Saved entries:
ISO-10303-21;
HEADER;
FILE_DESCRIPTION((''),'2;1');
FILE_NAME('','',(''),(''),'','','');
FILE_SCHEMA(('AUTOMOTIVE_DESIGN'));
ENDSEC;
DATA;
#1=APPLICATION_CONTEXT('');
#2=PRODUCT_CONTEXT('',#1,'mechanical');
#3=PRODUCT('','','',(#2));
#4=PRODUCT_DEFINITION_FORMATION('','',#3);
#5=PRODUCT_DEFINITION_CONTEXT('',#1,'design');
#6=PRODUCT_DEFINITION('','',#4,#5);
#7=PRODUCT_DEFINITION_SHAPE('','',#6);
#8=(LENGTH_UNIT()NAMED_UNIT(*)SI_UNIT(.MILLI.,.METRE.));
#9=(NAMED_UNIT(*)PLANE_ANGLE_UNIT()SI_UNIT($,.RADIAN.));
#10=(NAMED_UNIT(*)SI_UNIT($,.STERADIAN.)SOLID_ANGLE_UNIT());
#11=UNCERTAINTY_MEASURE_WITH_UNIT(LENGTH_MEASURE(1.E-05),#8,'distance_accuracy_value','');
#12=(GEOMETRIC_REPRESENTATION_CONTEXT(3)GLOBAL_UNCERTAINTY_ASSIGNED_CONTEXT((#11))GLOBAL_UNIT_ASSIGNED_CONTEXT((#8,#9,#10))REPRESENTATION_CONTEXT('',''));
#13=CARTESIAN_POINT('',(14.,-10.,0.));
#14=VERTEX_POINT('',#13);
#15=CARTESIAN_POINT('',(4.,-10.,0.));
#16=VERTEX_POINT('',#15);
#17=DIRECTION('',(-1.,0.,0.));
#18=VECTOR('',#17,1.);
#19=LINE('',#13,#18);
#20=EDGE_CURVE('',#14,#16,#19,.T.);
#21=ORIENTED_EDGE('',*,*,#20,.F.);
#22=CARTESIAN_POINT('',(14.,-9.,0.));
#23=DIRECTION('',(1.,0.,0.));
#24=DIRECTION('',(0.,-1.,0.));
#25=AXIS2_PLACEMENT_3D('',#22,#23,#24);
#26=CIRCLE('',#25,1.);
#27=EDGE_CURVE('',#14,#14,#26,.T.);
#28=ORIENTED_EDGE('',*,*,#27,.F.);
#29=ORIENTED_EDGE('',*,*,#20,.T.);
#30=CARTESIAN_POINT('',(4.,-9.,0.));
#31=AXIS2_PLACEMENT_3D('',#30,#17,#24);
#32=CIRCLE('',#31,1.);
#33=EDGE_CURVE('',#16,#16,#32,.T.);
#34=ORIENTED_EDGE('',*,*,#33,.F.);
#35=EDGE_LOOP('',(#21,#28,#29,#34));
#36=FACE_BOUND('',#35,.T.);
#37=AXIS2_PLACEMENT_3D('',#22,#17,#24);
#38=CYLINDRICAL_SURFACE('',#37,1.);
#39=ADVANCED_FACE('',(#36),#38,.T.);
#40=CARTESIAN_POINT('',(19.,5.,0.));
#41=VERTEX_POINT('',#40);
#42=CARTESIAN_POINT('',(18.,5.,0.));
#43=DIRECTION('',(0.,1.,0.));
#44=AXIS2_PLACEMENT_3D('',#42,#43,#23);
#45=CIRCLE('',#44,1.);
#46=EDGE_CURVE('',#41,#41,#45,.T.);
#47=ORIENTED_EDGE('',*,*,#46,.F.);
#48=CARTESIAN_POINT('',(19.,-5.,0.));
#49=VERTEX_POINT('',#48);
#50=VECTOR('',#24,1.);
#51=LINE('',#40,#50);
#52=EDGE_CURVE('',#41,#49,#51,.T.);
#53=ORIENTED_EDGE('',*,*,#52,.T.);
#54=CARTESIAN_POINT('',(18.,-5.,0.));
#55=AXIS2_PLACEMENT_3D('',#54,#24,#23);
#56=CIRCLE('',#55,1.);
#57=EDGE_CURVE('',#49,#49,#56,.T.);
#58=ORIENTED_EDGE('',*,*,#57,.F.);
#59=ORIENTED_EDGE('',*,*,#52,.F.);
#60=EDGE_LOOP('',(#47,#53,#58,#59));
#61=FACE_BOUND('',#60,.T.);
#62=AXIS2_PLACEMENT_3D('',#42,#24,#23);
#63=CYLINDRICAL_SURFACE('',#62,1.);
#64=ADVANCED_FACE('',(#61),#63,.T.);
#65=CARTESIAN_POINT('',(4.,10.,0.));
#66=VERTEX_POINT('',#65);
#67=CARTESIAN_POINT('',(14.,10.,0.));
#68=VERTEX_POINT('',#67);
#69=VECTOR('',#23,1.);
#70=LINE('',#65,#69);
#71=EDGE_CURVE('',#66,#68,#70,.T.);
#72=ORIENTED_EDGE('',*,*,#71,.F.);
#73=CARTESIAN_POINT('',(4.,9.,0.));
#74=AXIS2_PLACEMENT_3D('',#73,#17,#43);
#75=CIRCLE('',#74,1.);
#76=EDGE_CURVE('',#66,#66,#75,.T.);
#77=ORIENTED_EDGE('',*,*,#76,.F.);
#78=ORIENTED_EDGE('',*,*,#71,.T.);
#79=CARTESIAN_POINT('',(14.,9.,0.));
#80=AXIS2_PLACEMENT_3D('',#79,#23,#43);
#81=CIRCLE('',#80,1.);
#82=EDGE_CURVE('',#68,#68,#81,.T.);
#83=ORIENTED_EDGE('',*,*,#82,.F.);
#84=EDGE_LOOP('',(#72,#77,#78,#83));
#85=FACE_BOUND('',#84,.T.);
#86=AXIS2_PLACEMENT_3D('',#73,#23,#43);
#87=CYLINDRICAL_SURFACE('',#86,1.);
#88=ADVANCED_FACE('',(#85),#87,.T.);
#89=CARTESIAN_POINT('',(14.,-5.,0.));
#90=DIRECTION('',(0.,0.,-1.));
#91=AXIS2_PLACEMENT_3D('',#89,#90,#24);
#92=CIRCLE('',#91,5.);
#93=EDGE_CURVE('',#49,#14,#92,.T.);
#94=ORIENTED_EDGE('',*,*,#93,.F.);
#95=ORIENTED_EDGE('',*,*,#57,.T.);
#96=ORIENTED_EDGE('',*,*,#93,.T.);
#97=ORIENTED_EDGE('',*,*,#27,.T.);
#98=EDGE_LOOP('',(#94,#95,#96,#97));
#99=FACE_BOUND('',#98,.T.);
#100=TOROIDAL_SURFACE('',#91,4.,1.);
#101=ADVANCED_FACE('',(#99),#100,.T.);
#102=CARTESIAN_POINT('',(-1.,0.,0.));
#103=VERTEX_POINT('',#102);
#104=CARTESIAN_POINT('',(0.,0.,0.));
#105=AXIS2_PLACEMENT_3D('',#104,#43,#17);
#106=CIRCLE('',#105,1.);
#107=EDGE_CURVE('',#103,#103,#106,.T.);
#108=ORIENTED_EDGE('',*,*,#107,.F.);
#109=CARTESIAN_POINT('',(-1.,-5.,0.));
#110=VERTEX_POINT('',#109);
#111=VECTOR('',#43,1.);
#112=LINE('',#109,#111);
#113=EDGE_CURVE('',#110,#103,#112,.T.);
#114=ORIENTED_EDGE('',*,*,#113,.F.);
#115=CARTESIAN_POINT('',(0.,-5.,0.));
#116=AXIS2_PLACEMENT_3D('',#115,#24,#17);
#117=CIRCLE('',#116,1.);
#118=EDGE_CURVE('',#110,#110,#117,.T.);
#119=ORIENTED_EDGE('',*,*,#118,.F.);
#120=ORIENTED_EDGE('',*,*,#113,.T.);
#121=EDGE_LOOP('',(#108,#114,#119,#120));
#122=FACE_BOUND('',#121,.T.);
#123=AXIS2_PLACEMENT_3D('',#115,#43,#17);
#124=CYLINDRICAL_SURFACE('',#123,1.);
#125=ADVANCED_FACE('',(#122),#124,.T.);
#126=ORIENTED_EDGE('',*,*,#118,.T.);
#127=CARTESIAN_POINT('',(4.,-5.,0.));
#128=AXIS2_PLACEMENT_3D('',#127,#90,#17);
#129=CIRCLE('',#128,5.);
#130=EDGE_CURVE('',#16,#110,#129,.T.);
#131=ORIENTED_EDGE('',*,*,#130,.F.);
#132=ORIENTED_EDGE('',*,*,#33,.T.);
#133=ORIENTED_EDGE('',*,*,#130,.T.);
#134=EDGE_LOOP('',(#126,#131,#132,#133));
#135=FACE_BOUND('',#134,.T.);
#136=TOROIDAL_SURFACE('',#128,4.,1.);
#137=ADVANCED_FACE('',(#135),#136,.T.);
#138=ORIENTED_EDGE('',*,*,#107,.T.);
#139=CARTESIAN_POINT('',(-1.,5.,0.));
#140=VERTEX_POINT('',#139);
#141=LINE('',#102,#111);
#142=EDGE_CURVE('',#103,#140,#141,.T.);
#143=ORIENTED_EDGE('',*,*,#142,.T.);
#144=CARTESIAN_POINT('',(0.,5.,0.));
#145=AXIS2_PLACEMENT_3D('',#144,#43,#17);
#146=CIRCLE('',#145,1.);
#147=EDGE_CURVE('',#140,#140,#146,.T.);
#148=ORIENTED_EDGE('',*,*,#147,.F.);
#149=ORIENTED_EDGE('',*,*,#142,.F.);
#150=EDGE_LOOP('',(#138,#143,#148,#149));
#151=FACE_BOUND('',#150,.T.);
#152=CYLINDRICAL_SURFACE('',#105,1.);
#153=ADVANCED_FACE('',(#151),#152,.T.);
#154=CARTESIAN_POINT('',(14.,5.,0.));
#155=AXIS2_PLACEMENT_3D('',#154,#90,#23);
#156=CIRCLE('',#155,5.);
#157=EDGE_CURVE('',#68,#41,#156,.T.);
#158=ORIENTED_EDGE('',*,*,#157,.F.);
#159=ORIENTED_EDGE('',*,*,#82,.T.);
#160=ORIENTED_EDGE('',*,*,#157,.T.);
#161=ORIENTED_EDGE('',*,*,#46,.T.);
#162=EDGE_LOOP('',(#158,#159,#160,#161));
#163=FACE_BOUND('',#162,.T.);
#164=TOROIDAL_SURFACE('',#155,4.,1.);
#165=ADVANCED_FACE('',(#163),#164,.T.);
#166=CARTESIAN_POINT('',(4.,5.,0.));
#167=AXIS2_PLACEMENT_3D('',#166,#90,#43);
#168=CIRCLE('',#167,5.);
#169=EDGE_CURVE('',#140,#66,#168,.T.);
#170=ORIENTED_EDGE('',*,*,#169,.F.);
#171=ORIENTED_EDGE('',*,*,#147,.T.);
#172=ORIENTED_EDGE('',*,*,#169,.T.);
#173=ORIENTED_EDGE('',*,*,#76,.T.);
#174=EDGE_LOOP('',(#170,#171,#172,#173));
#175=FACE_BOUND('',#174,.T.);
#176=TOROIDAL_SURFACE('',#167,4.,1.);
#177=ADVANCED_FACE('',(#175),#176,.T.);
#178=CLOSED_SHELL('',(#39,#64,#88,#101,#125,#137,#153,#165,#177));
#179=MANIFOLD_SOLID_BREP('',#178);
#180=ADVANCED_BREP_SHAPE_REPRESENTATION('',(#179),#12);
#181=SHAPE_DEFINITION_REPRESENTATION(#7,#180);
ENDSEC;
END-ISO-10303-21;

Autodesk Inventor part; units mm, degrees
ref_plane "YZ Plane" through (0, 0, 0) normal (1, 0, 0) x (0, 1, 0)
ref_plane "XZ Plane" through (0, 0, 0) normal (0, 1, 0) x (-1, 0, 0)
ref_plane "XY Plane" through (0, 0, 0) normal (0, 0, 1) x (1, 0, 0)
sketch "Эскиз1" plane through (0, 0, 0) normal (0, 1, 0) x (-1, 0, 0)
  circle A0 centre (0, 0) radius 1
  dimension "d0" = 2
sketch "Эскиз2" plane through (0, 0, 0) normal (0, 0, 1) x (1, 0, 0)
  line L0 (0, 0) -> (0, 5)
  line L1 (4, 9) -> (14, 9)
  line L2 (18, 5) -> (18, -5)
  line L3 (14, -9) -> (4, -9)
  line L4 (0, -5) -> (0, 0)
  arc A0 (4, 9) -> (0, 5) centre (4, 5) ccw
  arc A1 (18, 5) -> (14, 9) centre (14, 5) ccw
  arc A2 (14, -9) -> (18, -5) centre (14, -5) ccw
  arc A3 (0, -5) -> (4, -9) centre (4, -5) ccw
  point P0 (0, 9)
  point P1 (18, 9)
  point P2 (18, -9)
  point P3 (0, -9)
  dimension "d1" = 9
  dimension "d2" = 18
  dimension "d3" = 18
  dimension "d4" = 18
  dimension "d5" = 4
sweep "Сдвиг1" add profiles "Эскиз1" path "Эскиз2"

==

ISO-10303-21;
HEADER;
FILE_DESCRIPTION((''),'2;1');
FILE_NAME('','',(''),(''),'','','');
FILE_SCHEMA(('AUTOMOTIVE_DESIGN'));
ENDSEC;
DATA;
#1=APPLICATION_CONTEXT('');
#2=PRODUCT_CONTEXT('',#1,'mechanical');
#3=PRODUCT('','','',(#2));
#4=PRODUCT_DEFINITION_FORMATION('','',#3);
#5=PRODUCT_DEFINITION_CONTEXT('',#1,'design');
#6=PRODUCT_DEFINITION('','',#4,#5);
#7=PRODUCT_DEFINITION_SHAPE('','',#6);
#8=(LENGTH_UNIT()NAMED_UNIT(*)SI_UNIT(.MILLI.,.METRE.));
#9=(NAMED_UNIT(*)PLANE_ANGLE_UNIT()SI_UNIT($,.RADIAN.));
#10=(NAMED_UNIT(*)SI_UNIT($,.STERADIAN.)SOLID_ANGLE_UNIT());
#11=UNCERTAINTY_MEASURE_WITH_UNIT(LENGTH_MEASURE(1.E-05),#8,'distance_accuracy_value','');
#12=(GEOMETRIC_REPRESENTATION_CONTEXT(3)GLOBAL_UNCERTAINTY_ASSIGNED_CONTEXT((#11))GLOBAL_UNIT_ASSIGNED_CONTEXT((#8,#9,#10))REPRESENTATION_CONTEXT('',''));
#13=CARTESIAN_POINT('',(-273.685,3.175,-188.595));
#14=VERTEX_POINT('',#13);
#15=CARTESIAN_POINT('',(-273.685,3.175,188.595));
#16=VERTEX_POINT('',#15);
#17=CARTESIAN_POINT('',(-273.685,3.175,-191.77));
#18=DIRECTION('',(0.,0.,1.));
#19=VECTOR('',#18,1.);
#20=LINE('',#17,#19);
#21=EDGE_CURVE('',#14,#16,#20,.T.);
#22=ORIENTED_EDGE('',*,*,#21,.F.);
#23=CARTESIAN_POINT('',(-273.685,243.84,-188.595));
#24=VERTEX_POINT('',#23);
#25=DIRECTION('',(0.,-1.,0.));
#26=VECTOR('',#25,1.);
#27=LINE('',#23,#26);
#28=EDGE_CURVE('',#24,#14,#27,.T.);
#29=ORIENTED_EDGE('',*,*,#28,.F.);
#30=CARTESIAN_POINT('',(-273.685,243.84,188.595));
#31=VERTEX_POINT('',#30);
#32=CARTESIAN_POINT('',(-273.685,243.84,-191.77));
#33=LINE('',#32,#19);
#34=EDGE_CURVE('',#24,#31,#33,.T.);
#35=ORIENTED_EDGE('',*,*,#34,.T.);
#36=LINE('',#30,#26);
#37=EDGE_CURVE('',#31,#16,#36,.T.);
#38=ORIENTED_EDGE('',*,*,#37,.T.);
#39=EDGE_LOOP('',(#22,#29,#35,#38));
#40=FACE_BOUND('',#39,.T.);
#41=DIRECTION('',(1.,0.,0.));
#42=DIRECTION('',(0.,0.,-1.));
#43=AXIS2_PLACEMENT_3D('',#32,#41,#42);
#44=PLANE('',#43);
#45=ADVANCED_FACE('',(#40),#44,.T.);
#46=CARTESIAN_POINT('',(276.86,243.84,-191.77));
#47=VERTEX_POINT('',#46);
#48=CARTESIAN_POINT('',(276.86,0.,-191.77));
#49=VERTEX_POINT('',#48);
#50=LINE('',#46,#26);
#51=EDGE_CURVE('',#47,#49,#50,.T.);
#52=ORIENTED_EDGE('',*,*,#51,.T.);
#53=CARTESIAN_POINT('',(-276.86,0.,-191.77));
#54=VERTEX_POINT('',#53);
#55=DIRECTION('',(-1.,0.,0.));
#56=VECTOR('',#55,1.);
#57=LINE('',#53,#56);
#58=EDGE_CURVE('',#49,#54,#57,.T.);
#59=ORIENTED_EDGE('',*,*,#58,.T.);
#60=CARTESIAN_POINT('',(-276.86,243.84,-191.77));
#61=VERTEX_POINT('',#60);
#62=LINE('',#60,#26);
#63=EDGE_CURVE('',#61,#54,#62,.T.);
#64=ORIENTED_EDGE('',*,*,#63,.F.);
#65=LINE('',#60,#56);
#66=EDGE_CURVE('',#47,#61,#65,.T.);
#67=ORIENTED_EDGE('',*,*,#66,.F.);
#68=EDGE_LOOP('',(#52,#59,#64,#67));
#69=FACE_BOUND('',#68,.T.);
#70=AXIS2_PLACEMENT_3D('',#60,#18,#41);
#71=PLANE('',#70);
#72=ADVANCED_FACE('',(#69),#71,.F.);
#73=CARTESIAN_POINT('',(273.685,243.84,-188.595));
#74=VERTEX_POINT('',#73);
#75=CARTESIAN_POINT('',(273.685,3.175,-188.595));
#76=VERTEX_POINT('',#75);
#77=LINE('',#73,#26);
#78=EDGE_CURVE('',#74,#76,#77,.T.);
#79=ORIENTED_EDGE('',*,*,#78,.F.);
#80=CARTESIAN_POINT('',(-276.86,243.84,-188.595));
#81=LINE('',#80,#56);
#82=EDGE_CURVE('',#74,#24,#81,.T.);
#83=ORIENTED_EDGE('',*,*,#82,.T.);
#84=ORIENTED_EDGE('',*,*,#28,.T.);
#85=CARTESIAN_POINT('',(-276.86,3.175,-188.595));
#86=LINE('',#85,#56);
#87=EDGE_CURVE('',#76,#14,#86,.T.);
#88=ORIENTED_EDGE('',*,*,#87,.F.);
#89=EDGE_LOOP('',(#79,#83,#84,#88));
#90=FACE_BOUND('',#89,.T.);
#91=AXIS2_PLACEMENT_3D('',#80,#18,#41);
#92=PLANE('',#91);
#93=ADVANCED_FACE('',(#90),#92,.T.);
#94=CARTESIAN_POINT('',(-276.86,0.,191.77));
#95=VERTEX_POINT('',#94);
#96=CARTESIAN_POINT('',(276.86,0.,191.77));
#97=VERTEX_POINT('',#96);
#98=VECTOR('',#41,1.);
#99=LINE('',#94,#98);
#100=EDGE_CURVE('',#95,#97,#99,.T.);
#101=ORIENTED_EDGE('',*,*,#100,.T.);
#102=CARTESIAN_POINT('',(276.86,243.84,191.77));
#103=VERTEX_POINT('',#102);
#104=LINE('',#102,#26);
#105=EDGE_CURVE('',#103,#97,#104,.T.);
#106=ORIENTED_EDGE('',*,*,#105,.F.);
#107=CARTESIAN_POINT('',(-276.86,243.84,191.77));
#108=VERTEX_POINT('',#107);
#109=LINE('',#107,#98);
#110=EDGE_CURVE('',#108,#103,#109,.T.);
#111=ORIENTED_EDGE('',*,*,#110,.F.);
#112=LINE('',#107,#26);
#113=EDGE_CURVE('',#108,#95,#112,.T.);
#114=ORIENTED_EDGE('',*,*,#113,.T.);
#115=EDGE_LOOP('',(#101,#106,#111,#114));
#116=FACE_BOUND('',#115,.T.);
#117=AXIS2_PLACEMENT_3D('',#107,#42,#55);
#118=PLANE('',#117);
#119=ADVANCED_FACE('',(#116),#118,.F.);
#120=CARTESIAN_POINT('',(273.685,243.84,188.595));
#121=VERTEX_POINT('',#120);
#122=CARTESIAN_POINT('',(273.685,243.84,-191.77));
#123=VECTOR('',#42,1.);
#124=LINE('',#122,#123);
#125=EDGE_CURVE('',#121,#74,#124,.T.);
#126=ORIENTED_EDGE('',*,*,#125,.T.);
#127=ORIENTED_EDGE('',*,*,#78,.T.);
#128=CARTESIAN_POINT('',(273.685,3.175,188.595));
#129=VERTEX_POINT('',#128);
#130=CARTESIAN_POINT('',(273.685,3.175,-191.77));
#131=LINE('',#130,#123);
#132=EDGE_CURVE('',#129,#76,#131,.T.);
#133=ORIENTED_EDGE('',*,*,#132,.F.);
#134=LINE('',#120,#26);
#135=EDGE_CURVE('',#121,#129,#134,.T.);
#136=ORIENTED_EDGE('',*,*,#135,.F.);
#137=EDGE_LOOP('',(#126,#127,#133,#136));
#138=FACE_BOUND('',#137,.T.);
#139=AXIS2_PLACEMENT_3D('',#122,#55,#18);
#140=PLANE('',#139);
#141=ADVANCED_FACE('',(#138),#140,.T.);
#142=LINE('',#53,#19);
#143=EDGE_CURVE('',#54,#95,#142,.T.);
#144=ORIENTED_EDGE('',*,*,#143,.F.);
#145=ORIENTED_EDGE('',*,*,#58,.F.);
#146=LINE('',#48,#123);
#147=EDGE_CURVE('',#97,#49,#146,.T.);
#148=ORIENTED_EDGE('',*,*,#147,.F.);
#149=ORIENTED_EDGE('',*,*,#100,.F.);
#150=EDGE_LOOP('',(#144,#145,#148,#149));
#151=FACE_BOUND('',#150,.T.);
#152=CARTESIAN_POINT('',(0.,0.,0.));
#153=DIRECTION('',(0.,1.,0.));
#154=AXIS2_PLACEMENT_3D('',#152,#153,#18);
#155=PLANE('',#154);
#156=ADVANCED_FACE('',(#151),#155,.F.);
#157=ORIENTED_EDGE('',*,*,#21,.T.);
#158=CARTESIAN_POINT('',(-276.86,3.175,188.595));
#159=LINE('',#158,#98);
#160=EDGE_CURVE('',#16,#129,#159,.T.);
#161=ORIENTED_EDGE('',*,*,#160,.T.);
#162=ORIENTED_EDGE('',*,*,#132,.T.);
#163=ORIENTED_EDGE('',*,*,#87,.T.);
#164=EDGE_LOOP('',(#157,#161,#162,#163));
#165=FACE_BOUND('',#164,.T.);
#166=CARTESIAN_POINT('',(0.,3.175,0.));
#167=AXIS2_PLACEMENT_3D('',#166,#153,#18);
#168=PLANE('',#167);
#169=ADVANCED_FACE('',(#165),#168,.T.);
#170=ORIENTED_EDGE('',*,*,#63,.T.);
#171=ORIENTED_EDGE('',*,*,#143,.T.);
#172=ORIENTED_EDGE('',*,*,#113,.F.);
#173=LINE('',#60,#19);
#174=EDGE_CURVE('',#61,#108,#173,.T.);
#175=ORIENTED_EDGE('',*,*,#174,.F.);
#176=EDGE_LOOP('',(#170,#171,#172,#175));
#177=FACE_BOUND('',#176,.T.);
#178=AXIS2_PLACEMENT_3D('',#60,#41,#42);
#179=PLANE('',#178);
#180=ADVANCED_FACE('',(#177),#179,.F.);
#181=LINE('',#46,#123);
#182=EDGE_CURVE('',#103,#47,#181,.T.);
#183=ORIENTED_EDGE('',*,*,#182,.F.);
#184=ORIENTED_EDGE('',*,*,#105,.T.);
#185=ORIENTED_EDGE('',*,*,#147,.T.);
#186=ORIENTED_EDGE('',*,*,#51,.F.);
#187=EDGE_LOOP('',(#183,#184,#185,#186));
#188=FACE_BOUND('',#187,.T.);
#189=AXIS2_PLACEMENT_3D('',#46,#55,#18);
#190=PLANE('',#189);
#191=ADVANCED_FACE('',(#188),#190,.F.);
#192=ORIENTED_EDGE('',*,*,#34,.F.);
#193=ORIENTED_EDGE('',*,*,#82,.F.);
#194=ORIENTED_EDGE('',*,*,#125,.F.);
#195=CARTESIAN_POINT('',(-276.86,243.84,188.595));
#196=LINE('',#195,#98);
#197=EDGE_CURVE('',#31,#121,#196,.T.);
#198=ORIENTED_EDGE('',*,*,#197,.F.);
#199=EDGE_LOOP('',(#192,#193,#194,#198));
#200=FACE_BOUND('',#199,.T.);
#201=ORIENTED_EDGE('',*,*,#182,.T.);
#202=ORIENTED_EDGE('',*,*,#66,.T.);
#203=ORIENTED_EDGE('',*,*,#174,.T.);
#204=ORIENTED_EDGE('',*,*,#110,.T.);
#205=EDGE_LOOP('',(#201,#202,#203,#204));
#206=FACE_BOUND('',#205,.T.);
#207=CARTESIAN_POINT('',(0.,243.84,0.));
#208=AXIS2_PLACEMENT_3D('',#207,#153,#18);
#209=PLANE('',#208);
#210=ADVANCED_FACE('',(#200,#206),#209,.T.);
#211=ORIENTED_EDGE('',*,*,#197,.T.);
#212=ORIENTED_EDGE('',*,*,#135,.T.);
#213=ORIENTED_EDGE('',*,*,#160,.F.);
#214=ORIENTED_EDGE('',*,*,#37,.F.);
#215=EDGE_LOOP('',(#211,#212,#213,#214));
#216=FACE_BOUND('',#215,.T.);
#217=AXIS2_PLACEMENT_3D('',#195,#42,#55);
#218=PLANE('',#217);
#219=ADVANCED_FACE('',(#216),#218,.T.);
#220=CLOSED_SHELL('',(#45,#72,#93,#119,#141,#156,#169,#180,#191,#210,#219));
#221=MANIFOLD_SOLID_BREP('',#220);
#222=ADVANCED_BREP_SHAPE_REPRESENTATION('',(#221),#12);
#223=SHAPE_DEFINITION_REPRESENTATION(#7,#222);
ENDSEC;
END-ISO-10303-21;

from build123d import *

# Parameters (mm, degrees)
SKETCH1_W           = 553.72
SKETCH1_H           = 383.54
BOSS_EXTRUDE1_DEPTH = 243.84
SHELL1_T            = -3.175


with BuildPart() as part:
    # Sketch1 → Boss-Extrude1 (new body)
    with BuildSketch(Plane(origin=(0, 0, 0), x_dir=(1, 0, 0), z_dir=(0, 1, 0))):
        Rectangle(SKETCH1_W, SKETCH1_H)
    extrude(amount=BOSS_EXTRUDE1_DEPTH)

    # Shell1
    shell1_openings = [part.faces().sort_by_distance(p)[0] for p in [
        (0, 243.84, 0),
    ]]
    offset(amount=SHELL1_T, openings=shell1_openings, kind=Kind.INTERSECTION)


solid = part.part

* _EXERCISE INSTRUCTIONS_
The reply should consist solely of the lines above from the one that has "#107=CARTESIAN_POINT('',(-276.86,243.84,191.77));" through the one that has "#129=VERTEX_POINT('',#128);", reproduced exactly.

* _ANSWER SPACE_
#107=CARTESIAN_POINT('',(-276.86,243.84,191.77));
#108=VERTEX_POINT('',#107);
#109=LINE('',#107,#98);
#110=EDGE_CURVE('',#108,#103,#109,.T.);
#111=ORIENTED_EDGE('',*,*,#110,.F.);
#112=LINE('',#107,#26);
#113=EDGE_CURVE('',#108,#95,#112,.T.);
#114=ORIENTED_EDGE('',*,*,#113,.T.);
#115=EDGE_LOOP('',(#101,#106,#111,#114));
#116=FACE_BOUND('',#115,.T.);
#117=AXIS2_PLACEMENT_3D('',#107,#42,#55);
#118=PLANE('',#117);
#119=ADVANCED_FACE('',(#116),#118,.F.);
#120=CARTESIAN_POINT('',(273.685,243.84,188.595));
#121=VERTEX_POINT('',#120);
#122=CARTESIAN_POINT('',(273.685,243.84,-191.77));
#123=VECTOR('',#42,1.);
#124=LINE('',#122,#123);
#125=EDGE_CURVE('',#121,#74,#124,.T.);
#126=ORIENTED_EDGE('',*,*,#125,.T.);
#127=ORIENTED_EDGE('',*,*,#78,.T.);
#128=CARTESIAN_POINT('',(273.685,3.175,188.595));
#129=VERTEX_POINT('',#128);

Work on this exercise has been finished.